Are You Retired and Have a 401(k)? Read This!

By | 2019, Money Moxie, Newsletter | No Comments

As financial advisors, our job is to help clients create wealth. Most people expect us to accomplish this through market investments. Although that does play an important role, advice regarding financial decisions outside of the market can often amount to significant savings and wealth creation. The topic covered here is one that has amounted to significant savings for many of our clients. If you are currently retired or are approaching retirement and have a 401(k), this article is for you.

When talking about financial planning, there are two main phases of life: the accumulation phase (pre-retirement) and the distribution phase (post-retirement). The 401(k) is a fantastic savings vehicle for those in the accumulation phase. If you are currently working, a 401(k) is great! Employers often contribute to this type of account by way of a company match or profit-sharing because the 401(k) annual contribution limit is higher than that of other retirement accounts.
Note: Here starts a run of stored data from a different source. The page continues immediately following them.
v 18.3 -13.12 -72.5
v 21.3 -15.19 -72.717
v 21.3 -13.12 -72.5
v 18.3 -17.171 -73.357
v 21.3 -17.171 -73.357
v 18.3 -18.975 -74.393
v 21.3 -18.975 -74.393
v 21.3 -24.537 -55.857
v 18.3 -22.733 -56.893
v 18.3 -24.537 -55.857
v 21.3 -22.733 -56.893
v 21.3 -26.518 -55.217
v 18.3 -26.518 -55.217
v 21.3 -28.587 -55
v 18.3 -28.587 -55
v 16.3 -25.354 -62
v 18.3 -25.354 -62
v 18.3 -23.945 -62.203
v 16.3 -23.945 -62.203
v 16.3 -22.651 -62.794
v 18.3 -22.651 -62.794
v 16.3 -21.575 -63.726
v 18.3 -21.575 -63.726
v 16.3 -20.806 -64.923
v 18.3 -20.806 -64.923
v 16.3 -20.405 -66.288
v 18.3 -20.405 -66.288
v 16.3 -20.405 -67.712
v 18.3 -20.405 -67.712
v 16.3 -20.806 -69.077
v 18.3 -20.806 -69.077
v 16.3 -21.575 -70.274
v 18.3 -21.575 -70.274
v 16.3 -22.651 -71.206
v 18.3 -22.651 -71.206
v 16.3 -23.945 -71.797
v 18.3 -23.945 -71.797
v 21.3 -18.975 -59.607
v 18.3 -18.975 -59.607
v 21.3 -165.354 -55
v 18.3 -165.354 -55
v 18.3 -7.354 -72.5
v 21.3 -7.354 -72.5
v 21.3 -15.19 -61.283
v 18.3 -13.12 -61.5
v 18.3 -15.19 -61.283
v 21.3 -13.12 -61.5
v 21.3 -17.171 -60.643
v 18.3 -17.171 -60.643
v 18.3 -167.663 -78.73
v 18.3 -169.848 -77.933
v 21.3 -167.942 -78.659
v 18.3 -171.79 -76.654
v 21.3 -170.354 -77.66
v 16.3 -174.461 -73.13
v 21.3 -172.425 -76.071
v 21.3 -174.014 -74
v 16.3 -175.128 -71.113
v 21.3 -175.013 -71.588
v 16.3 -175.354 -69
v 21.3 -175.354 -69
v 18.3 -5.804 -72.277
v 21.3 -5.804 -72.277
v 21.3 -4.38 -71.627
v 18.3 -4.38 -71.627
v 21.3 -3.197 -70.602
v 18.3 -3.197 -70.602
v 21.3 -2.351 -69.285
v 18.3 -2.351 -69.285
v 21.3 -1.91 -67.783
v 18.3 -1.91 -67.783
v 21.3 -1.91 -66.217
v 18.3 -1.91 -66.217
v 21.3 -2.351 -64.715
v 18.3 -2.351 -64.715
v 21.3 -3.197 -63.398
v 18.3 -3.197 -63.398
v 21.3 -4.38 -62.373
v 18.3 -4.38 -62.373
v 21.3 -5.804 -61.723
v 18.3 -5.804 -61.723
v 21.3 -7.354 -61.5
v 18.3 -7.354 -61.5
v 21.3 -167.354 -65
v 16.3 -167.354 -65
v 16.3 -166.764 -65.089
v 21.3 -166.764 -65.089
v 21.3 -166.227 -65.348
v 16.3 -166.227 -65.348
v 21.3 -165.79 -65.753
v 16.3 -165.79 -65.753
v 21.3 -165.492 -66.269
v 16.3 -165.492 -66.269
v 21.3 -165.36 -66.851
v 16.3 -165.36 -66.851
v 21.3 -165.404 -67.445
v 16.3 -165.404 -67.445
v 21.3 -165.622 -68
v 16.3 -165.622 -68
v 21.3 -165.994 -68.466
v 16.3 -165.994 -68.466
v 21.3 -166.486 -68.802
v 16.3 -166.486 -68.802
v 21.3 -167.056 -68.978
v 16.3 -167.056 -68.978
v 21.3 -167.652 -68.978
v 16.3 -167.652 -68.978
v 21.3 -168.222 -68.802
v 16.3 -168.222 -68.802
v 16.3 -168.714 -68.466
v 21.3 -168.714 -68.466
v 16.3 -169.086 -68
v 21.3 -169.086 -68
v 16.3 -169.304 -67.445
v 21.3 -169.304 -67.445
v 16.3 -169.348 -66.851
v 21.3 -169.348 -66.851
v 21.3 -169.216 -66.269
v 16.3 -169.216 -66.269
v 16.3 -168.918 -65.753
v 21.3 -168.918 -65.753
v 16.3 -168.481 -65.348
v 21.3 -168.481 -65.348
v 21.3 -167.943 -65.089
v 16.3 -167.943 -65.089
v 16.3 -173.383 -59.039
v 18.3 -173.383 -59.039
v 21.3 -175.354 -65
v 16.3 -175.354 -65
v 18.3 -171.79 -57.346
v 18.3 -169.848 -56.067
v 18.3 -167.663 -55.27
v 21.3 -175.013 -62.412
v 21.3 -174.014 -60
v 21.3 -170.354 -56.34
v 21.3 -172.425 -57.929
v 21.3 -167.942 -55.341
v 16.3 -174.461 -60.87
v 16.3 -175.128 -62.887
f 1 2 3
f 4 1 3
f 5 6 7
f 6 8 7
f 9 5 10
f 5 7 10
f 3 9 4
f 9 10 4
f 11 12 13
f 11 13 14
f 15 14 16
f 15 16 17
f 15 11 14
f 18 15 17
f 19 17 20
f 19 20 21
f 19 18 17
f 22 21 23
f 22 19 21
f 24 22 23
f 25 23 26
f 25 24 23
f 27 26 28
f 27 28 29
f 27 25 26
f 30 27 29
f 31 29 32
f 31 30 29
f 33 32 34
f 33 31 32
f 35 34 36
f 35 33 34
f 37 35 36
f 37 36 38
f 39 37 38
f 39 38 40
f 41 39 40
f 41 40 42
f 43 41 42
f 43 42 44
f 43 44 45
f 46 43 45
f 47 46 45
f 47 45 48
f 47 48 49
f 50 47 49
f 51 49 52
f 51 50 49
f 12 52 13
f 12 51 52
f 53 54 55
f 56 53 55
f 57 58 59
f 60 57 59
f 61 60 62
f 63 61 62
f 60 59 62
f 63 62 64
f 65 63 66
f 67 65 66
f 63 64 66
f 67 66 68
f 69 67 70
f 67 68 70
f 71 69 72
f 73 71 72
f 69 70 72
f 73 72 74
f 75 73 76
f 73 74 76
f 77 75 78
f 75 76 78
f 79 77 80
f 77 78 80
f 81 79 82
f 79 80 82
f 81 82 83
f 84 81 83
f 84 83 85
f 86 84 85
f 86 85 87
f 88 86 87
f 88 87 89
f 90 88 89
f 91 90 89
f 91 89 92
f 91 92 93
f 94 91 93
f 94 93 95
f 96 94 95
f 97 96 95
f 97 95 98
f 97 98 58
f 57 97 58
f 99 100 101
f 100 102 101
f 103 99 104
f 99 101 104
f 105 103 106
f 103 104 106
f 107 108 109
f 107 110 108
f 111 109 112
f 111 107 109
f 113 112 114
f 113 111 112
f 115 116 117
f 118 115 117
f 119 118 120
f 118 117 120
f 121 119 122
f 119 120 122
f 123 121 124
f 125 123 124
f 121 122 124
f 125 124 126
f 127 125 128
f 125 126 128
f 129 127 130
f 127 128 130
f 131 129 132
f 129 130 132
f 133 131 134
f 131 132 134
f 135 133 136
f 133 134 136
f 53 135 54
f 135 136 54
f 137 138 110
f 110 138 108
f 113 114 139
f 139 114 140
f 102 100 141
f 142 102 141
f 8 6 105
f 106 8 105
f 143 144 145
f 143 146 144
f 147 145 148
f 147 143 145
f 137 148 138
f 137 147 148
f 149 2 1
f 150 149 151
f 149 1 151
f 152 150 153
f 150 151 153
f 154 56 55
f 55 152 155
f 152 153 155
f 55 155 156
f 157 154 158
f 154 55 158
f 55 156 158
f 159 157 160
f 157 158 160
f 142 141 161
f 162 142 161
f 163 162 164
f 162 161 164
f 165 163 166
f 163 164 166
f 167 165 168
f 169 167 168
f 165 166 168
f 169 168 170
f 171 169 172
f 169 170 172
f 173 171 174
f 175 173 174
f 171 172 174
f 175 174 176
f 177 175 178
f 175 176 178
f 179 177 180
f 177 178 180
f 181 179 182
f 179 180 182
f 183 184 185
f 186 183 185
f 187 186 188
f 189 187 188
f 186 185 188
Plus, paycheck deductions make saving easy.

If you are already retired, a 401(k) has some weaknesses that you should be aware of. The cost associated with these may be a lot more than you realize.

• When you take a distribution from a 401(k), you do not have the ability to choose which assets you sell. A distribution will require selling from all investments equally. This is a huge disadvantage as you may be forced to sell from the wrong investment at the wrong time. Proper distribution planning requires one to analyze the individual investments and sell those that make sense based on current market conditions and performance expectations. Unfortunately, the 401(k) does not give you this ability.

• If you have Roth 401(k) contributions, you will be forced to take a distribution at age 70.5. This can have large negative consequences to both future tax-free earnings and your ability to pass on wealth tax free. Roth IRA accounts will not force a distribution regardless of age.

• If you are over age 70.5 and donate to 501(c)(3) organizations, you cannot take advantage of a great tax-savings strategy called a Qualified Charitable Distribution (QCD). The tax savings from QCD’s can be thousands of dollars every year. Examples of qualified organizations are churches, universities, humane societies, hospitals, etc.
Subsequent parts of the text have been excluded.